Danke, dass Du Dir die Zeit nimmst. Vielleicht kannst Du Dich unseren Lesern kurz vorstellen.

Ich bin Steven, 27 Jahre alt und seit Anfang 2014 im Injoy Station Dortmund. Dort mache ich meine Umschulung zum Sport- und Fitnesskaufmann. Davor war ich acht Jahre lang als Fallschirmjäger bei der Bundeswehr. Letztes Jahr habe ich dann meine Trainer-B-Lizenz gemacht und mein Balance-Diplom absolviert.

Wieso hast Du Dich für den Beruf des Fitnesstrainers entschieden?

Es ist ein sehr abwechslungsreicher Beruf. Ich habe sehr viel persönlichen Kontakt mit unseren Kunden und lerne ständig neue Menschen kennen – dadurch wird der Job nie langweilig. Besonders spannend ist der Austausch mit anderen Studios. Jedes Studio findet seinen eigenen Weg und macht es anders, das ist immer wieder toll zu sehen. Durch die Eindrücke aus anderen Studios entstehen Ideen für das eigene Studio.

Steven beim Motorrad fahren

Was unterscheidet das Injoy Station Dortmund von anderen Studios? Was macht Ihr anders oder sogar besser?

Viele Studios unterscheiden sich vor allem in Bezug auf das Alter Ihrer Mitglieder. Es gibt Studios, in denen vorwiegend Jugendliche im Hinblick auf ihr Aussehen trainieren. Das ist bei uns nicht der Fall. Unser Durchschnittsalter ist weitaus höher. Wir haben überwiegend mit älteren Menschen zu tun, die eben auch eine andere Kontraindikation haben (Anm. d. Verf.: Kontraindikation bedeutet in diesem Zusammenhang, dass bestimmte Kraftübungen und Belastungen für den jeweiligen gesundheitlichen Zustand schädlich sind und somit vermieden werden sollten). Daher arbeiten wir im Injoy Station vorwiegend mit betreutem Muskeltraining wie dem eGym Zirkel. Die gesundheitliche Förderung steht hierbei stark im Vordergrund, was gesonderte Anforderungen an die Trainingsplan-Erstellung und die fachliche Betreuung unserer Mitglieder mit sich bringt.
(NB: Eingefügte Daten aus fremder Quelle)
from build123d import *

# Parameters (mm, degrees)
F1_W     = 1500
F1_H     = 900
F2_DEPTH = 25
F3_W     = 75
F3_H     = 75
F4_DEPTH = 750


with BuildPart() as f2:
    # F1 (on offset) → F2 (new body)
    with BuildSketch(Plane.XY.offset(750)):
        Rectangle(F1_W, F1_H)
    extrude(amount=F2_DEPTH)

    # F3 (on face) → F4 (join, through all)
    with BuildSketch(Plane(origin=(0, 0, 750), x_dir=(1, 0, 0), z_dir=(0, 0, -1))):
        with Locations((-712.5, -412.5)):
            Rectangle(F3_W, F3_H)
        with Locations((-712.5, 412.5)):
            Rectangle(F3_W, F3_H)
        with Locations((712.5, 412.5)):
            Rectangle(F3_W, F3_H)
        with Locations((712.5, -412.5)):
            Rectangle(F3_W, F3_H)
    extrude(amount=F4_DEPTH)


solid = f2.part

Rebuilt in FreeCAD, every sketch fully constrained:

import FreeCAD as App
import Part
import Sketcher

V = App.Vector


def add_polygon(sketch, points):
    """Adds a closed chain of lines whose ends are joined by coincident constraints."""
    first, n = sketch.GeometryCount, len(points)
    for a, b in zip(points, points[1:] + points[:1]):
        sketch.addGeometry(Part.LineSegment(App.Vector(*a, 0), App.Vector(*b, 0)), False)
    for i in range(n):
        sketch.addConstraint(Sketcher.Constraint("Coincident", first + i, 2, first + (i + 1) % n, 1))

doc = App.newDocument("Part")
body = doc.addObject("PartDesign::Body", "Body")

sketch1 = body.newObject("Sketcher::SketchObject", "Sketch")
sketch1.AttachmentSupport = (doc.getObject("XY_Plane"), [""])
sketch1.MapMode = "FlatFace"
sketch1.AttachmentOffset = App.Placement(V(0, 0, 750), App.Rotation())
add_polygon(sketch1, [(-750, 450), (-750, -450), (750, -450), (750, 450)])
sketch1.addConstraint(Sketcher.Constraint("Vertical", 0))
sketch1.addConstraint(Sketcher.Constraint("Horizontal", 1))
sketch1.addConstraint(Sketcher.Constraint("Vertical", 2))
sketch1.addConstraint(Sketcher.Constraint("Horizontal", 3))
sketch1.addConstraint(Sketcher.Constraint("Symmetric", 0, 2, 2, 2, -1, 1))
sketch1.addConstraint(Sketcher.Constraint("DistanceX", 1, 1, 1, 2, 1500.0))
sketch1.addConstraint(Sketcher.Constraint("DistanceY", 0, 2, 0, 1, 900.0))
pad1 = body.newObject("PartDesign::Pad", "Pad")
pad1.Profile = sketch1
pad1.Length = 25

sketch2 = body.newObject("Sketcher::SketchObject", "Sketch001")
sketch2.AttachmentSupport = (doc.getObject("XY_Plane"), [""])
sketch2.MapMode = "FlatFace"
sketch2.AttachmentOffset = App.Placement(V(0, 0, 750), App.Rotation())
add_polygon(sketch2, [(-750, 375), (-750, 450), (-675, 450), (-675, 375)])
add_polygon(sketch2, [(-750, -450), (-750, -375), (-675, -375), (-675, -450)])
add_polygon(sketch2, [(675, -450), (675, -375), (750, -375), (750, -450)])
add_polygon(sketch2, [(675, 375), (675, 450), (750, 450), (750, 375)])
sketch2.addConstraint(Sketcher.Constraint("Vertical", 0))
sketch2.addConstraint(Sketcher.Constraint("Horizontal", 1))
sketch2.addConstraint(Sketcher.Constraint("Vertical", 2))
sketch2.addConstraint(Sketcher.Constraint("Horizontal", 3))
sketch2.addConstraint(Sketcher.Constraint("Vertical", 4))
sketch2.addConstraint(Sketcher.Constraint("Horizontal", 5))
sketch2.addConstraint(Sketcher.Constraint("Vertical", 6))
sketch2.addConstraint(Sketcher.Constraint("Horizontal", 7))
sketch2.addConstraint(Sketcher.Constraint("Vertical", 8))
sketch2.addConstraint(Sketcher.Constraint("Horizontal", 9))
sketch2.addConstraint(Sketcher.Constraint("Vertical", 10))
sketch2.addConstraint(Sketcher.Constraint("Horizontal", 11))
sketch2.addConstraint(Sketcher.Constraint("Vertical", 12))
sketch2.addConstraint(Sketcher.Constraint("Horizontal", 13))
sketch2.addConstraint(Sketcher.Constraint("Vertical", 14))
sketch2.addConstraint(Sketcher.Constraint("Horizontal", 15))
sketch2.addConstraint(Sketcher.Constraint("Symmetric", 2, 2, 8, 2, -1, 1))
sketch2.addConstraint(Sketcher.Constraint("Symmetric", 0, 2, 10, 2, -1, 1))
sketch2.addConstraint(Sketcher.Constraint("Symmetric", 6, 2, 12, 2, -1, 1))
sketch2.addConstraint(Sketcher.Constraint("Symmetric", 4, 2, 14, 2, -1, 1))
sketch2.addConstraint(Sketcher.Constraint("Symmetric", 5, 2, 8, 2, -2))
sketch2.addConstraint(Sketcher.Constraint("Symmetric", 7, 2, 10, 2, -2))
sketch2.addConstraint(Sketcher.Constraint("Equal", 15, 0))
sketch2.addConstraint(Sketcher.Constraint("DistanceX", 1, 1, 1, 2, 75.0))
sketch2.addConstraint(Sketcher.Constraint("DistanceX", 0, 2, -1, 1, 750.0))
sketch2.addConstraint(Sketcher.Constraint("DistanceY", -1, 1, 0, 2, 450.0))
pad2 = body.newObject("PartDesign::Pad", "Pad001")
pad2.Profile = sketch2
pad2.Length = 750
pad2.Reversed = True

doc.recompute()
Durch das betreute Muskeltraining können wir im Gesundheitssport ein gezielteres und genaueres Training garantieren.

Wie bist du selbst zum Kraftsport gekommen?

Ich mache seit meiner Kindheit sehr viel Sport. Ich habe mit klassischen Mannschaftssportarten wie Fußball begonnen. Danach habe ich angefangen, aktiv Eis-Hockey zu spielen und bin dort auch das erste Mal mit Krafttraining in Kontakt gekommen. Über die Jahre habe ich immer Kraftsport gemacht, besonders auch bei den Fallschirmjägern. Aber ich bin schon immer sehr sportbegeistert und verbringe einen Großteil meiner Freizeit mit unterschiedlichen Sportarten. Im Radsport bin ich sehr aktiv. Letztes Jahr habe ich an der Meisterschaft in Frankreich teilgenommen – der Megavalanche, dem härtesten Downhill Rennen der Welt. Über den Winter fahre ich Extreme Snowboard, das ist vorwiegend im Tiefschnee und auch mal abseits der Piste. Über den Sommer fahre ich viel Wakeboard und besuche die vielen schönen Wakeboard-Anlagen in Deutschland. Mein Hauptsport ist aber immer noch das Fallschirmspringen. Das mache ich nach wie vor jedes Wochenende bei mir im Verein Freefly.

Snowboard WOW

Wow, das sind schon Sportarten mit einem hohen Verletzungsrisiko. Hast du bestimmte Techniken, die Verletzungen vorbeugen können?  Vielleicht hast du einen super Ratschlag für unsere Leser?

Mit gezieltem Training kann man immer gut Verletzungen vorbeugen. Wichtig ist, dass man selbst weiß, was man dem Körper abverlangen kann und wann es eben zu viel ist. Besonders bei der Leistungssteigerung sollte man auf seinen Körper hören. Es wird eine gewisse Trainingssubstanz benötigt, um sich kontinuierlich zu steigern und dabei gleichzeitig Verletzungen zu verhindern.

Dadurch, dass ich viele Sportarten mache, die auch in den Extrem-Bereich hineingehen, verwende ich viel Zeit darauf, mich ausgiebig vorzubereiten. Letztes Jahr hatte ich mich von September bis Dezember auf meinen Snowboard Urlaub vorbereitet. Neben dem Herz-Kreislauf-Training habe ich hauptsächlich im eGym Zirkel trainiert. Dadurch, dass ich so regelmäßig im Zirkel trainierte, war ich von der Körperbeschaffenheit einfach fitter als beim klassischen Split-Training. Also Montag Brust- und Bizepstraining, Dienstag dann Rückentraining und so weiter. Das Training war somit nicht nur gezielter und regelmäßiger, sondern vor allem auch konsequenter und ohne Leistungsabweichungen.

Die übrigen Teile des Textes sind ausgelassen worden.